The same unease shows up in voting intentions. The TMC remains ahead, but by less than before. Nearly one in five voters has not made up its mind — an unusually large pool at this stage.
And their concerns are not abstract. Jobs are scarce. Policing is questioned. Women’s safety is debated daily. Corruption is part of routine political conversation. These are the pressures shaping how Bengal is thinking about this election.
Mahila & Muslim
Despite mounting headwinds, the TMC’s greatest structural advantage remains its electoral arithmetic. Muslims constitute roughly 27% of West Bengal’s population and are decisive in close to 100 constituencies. In 2021, the party swept 106 of 112 seats with Muslim populations above 25%.

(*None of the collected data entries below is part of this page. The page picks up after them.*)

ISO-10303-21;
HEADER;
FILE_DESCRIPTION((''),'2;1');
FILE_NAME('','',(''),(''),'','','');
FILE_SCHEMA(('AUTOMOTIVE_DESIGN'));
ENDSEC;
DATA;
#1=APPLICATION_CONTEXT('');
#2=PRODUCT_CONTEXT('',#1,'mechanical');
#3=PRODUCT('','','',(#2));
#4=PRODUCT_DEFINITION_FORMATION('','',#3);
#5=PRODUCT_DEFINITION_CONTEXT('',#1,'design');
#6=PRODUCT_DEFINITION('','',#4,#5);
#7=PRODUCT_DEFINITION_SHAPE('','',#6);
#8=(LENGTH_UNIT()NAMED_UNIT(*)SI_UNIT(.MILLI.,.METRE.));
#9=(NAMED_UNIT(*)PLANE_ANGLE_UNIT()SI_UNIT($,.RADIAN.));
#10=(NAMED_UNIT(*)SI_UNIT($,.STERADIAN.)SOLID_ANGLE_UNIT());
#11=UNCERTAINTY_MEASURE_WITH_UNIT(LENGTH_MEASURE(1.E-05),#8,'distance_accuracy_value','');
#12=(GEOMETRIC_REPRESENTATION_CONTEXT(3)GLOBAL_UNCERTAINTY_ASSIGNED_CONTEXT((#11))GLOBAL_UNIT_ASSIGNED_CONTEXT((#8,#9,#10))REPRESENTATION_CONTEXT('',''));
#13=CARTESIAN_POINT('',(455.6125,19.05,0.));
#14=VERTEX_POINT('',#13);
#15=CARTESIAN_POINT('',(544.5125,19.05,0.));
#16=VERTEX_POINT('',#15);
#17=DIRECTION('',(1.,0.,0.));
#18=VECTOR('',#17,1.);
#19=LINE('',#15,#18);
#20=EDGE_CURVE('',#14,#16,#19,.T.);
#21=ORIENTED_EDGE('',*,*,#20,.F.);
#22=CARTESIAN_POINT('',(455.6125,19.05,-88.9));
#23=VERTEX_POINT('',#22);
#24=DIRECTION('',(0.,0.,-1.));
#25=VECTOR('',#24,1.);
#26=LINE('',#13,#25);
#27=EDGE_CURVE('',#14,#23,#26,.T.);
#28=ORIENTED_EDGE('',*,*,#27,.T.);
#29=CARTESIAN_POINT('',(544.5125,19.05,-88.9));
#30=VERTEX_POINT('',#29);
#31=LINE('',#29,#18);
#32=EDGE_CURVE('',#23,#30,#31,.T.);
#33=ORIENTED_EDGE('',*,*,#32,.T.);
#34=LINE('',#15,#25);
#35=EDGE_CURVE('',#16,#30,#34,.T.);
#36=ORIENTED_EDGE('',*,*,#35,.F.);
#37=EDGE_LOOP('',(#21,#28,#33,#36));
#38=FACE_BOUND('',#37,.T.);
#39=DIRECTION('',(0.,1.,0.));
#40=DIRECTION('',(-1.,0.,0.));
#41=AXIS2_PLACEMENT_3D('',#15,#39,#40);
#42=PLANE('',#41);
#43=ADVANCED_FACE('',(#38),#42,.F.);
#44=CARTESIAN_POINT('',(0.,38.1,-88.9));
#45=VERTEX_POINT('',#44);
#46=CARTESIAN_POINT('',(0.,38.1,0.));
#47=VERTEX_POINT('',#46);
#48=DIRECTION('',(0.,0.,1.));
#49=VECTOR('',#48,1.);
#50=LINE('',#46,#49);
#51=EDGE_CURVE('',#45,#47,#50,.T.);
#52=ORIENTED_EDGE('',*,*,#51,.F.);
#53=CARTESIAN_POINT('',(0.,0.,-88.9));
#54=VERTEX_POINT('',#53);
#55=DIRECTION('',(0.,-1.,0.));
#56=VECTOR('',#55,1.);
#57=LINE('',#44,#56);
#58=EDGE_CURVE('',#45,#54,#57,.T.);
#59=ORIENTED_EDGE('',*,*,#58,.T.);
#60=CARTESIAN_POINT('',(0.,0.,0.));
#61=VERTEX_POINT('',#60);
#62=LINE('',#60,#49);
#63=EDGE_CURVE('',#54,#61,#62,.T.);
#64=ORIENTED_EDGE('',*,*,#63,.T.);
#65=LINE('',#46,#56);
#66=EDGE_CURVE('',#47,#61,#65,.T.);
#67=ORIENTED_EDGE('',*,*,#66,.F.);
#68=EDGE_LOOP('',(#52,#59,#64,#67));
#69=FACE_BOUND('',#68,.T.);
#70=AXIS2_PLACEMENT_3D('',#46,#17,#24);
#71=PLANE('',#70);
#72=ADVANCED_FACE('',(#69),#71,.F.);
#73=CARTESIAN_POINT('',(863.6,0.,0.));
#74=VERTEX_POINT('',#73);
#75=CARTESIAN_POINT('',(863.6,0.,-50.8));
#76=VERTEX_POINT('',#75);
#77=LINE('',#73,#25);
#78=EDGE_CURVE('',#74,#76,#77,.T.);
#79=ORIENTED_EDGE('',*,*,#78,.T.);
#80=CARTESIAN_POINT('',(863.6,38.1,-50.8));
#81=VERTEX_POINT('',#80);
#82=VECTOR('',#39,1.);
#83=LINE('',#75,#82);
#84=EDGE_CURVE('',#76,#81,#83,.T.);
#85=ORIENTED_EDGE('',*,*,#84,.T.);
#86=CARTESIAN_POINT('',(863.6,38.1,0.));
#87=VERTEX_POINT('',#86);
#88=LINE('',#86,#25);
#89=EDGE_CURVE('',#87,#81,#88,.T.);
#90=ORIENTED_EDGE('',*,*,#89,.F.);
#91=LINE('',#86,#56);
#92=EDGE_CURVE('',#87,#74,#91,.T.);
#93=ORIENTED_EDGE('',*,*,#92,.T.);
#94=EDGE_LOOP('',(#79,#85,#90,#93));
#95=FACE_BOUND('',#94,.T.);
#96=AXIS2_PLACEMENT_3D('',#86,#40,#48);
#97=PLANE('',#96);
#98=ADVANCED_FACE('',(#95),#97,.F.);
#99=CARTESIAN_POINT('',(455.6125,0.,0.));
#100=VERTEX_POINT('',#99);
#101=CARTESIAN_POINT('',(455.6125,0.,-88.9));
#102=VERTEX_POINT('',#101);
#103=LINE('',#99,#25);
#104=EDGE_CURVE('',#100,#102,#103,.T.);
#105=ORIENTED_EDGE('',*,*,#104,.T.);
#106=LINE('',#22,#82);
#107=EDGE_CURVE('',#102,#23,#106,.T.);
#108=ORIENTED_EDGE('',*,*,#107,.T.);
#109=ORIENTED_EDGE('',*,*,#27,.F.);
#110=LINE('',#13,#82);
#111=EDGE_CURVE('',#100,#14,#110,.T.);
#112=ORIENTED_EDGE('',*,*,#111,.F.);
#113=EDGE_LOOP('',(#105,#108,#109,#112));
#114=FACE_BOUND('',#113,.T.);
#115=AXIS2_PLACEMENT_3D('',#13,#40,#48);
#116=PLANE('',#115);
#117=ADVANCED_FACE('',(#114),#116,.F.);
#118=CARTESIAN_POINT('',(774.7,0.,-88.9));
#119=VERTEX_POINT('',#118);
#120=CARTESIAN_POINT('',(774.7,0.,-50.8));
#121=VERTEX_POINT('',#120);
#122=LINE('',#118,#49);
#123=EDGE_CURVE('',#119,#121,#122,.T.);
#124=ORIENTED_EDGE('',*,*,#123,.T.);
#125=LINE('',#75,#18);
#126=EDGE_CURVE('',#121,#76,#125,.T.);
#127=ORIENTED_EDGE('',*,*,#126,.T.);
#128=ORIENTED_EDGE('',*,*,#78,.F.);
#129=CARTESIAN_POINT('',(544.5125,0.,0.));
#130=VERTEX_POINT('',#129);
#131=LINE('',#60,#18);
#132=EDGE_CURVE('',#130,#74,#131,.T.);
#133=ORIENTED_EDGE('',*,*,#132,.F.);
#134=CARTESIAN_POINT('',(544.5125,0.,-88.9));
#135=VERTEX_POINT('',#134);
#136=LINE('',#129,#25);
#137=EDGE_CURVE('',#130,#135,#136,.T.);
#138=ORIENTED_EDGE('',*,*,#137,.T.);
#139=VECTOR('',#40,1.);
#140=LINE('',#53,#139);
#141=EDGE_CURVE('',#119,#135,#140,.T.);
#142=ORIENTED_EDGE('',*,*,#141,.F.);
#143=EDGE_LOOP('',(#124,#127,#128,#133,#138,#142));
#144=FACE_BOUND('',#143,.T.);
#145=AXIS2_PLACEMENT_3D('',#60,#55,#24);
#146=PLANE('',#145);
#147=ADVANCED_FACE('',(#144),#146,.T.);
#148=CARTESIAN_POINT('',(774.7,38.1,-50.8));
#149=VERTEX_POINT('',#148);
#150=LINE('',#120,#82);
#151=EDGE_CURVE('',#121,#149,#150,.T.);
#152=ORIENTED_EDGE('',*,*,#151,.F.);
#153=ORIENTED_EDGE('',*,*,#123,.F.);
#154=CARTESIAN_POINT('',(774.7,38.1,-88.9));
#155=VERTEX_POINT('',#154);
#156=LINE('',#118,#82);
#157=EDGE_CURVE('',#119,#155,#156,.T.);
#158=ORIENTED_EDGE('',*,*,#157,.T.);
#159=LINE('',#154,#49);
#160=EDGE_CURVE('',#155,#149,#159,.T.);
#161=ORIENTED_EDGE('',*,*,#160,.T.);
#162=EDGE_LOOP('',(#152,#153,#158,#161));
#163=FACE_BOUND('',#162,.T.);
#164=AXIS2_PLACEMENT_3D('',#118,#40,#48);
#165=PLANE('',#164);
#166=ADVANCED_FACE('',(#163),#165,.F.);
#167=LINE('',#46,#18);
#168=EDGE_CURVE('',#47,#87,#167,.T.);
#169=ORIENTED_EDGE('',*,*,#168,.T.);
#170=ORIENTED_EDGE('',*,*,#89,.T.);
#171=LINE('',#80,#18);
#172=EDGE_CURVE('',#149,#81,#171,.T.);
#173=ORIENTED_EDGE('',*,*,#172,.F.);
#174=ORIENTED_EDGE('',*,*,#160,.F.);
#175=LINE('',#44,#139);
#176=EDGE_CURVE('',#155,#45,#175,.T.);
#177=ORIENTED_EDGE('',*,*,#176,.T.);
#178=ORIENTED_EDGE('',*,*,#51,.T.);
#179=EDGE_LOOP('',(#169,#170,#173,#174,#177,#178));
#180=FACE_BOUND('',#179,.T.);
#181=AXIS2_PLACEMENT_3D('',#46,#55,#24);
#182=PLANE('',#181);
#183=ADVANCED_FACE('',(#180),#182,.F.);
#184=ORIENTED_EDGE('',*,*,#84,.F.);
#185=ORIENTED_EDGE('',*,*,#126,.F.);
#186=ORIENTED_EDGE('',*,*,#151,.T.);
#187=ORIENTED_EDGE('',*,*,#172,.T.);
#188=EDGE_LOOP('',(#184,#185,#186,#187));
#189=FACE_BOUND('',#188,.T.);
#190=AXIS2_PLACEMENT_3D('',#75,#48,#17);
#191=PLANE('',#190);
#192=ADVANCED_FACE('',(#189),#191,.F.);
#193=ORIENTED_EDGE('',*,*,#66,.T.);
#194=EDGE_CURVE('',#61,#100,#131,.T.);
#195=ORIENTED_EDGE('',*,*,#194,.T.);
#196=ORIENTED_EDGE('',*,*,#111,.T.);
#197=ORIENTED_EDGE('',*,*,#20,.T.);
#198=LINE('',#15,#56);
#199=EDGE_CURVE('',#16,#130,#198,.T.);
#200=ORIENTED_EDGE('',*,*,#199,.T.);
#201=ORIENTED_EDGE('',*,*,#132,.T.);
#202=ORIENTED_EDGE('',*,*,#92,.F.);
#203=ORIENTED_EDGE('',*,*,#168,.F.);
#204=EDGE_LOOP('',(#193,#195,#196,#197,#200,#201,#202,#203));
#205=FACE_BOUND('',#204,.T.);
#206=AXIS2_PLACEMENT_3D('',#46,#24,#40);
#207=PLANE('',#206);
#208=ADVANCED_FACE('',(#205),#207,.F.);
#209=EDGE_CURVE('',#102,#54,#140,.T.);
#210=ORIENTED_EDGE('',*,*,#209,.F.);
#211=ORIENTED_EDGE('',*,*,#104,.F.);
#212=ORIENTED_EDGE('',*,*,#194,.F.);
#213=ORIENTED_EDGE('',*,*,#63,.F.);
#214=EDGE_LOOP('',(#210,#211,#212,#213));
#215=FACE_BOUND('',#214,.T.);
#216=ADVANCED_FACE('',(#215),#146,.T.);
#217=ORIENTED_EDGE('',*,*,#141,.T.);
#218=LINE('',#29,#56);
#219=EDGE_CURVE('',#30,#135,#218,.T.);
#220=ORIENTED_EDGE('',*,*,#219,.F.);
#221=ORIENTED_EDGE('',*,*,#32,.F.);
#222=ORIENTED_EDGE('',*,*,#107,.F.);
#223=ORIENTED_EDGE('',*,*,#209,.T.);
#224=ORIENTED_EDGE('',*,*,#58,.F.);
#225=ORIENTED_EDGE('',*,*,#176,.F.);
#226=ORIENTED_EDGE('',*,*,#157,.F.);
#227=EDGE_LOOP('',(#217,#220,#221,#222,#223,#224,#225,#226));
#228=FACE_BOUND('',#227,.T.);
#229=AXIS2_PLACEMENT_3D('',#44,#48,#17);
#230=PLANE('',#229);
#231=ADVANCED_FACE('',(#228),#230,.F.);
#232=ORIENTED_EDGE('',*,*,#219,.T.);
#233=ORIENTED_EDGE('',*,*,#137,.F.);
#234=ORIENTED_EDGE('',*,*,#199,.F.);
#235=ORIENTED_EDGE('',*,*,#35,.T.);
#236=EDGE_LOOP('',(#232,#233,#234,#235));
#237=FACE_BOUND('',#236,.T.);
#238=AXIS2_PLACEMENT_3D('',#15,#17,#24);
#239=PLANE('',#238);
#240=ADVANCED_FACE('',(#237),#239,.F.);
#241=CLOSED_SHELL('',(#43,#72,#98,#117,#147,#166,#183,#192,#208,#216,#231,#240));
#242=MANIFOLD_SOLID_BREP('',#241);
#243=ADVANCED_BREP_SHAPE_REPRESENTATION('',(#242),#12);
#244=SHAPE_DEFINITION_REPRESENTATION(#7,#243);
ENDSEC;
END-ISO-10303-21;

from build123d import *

# Parameters (mm, degrees)
SKETCH1_W           = 863.6
SKETCH1_H           = 88.9
BOSS_EXTRUDE1_DEPTH = 38.1
SKETCH3_W           = 88.9
SKETCH3_H           = 38.1
CUT_EXTRUDE2_DEPTH  = 39.1
SKETCH4_W           = 88.9
SKETCH4_H           = 19.05
CUT_EXTRUDE3_DEPTH  = 89.9


with BuildPart() as part:
    # Sketch1 → Boss-Extrude1 (new body)
    with BuildSketch(Plane(origin=(0, 0, 0), x_dir=(1, 0, 0), z_dir=(0, 1, 0))):
        with Locations((431.8, 44.45)):
            Rectangle(SKETCH1_W, SKETCH1_H)
    extrude(amount=BOSS_EXTRUDE1_DEPTH)

    # Sketch3 → Cut-Extrude2 (cut, through all)
    with BuildSketch(Plane(origin=(0, 38.1, 0), x_dir=(1, 0, 0), z_dir=(0, 1, 0))):
        with Locations((819.15, 69.85)):
            Rectangle(SKETCH3_W, SKETCH3_H)
    extrude(amount=-CUT_EXTRUDE2_DEPTH, mode=Mode.SUBTRACT)

    # Sketch4 → Cut-Extrude3 (cut, through all)
    with BuildSketch(Plane(origin=(0, 0, -88.9), x_dir=(-1, 0, 0), z_dir=(0, 0, -1))):
        with Locations((-500.0625, 9.525)):
            Rectangle(SKETCH4_W, SKETCH4_H)
    extrude(amount=-CUT_EXTRUDE3_DEPTH, mode=Mode.SUBTRACT)


solid = part.part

This consolidation, combined with selective gains in Hindu-majority seats, has functioned as the TMC’s electoral floor.
Yet this demographic shield is now under strain. The SIR process has led to the deletion of nearly 5.8 million names from voter rolls. The TMC alleges that minority voters have been disproportionately affected. The BJP counters that Matua voters have been targeted.
Voter registration has become a political battleground.
Mamata also continues to command strong support among women through schemes such as Lakshmir Bhandar and Kanyashree. The recent ₹500 increase in monthly DBT payments is expected to benefit around 24 million women, reinforcing this base.
The BJP Challenge
The BJP’s path to power remains obstructed by its own limitations. Under new state president Samik Bhattacharya, the party is attempting a tonal recalibration — seeking acceptance among the bhadralok intelligentsia while mobilising Matua, SC and OBC communities.
In Bengal, the TMC has created a coalition of extremes: upper castes and minorities. While VoteVibe suggests the BJP is doing well among SC, OBC and ST voters, the TMC retains an edge among minorities and upper castes.
The Verdict
The overall picture is of a TMC that holds a meaningful, but not unassailable, lead.
Anti-incumbency at the MLA level suggests considerable seat-level fluidity. The BJP has momentum, no doubt, but it remains uneven: strong in some pockets, thin in others, effective at campaigning but less convincing on governance.
What is certain is that 2026 will not resemble the relative clarity of 2021.
Prices are high. Law and order is debated daily. Both parties look tired in different ways. This will go down to the wire — decided seat by seat, margin by margin, probably later than anyone expects.
For Mamata Banerjee, it is no longer about adding another term. It is about holding on.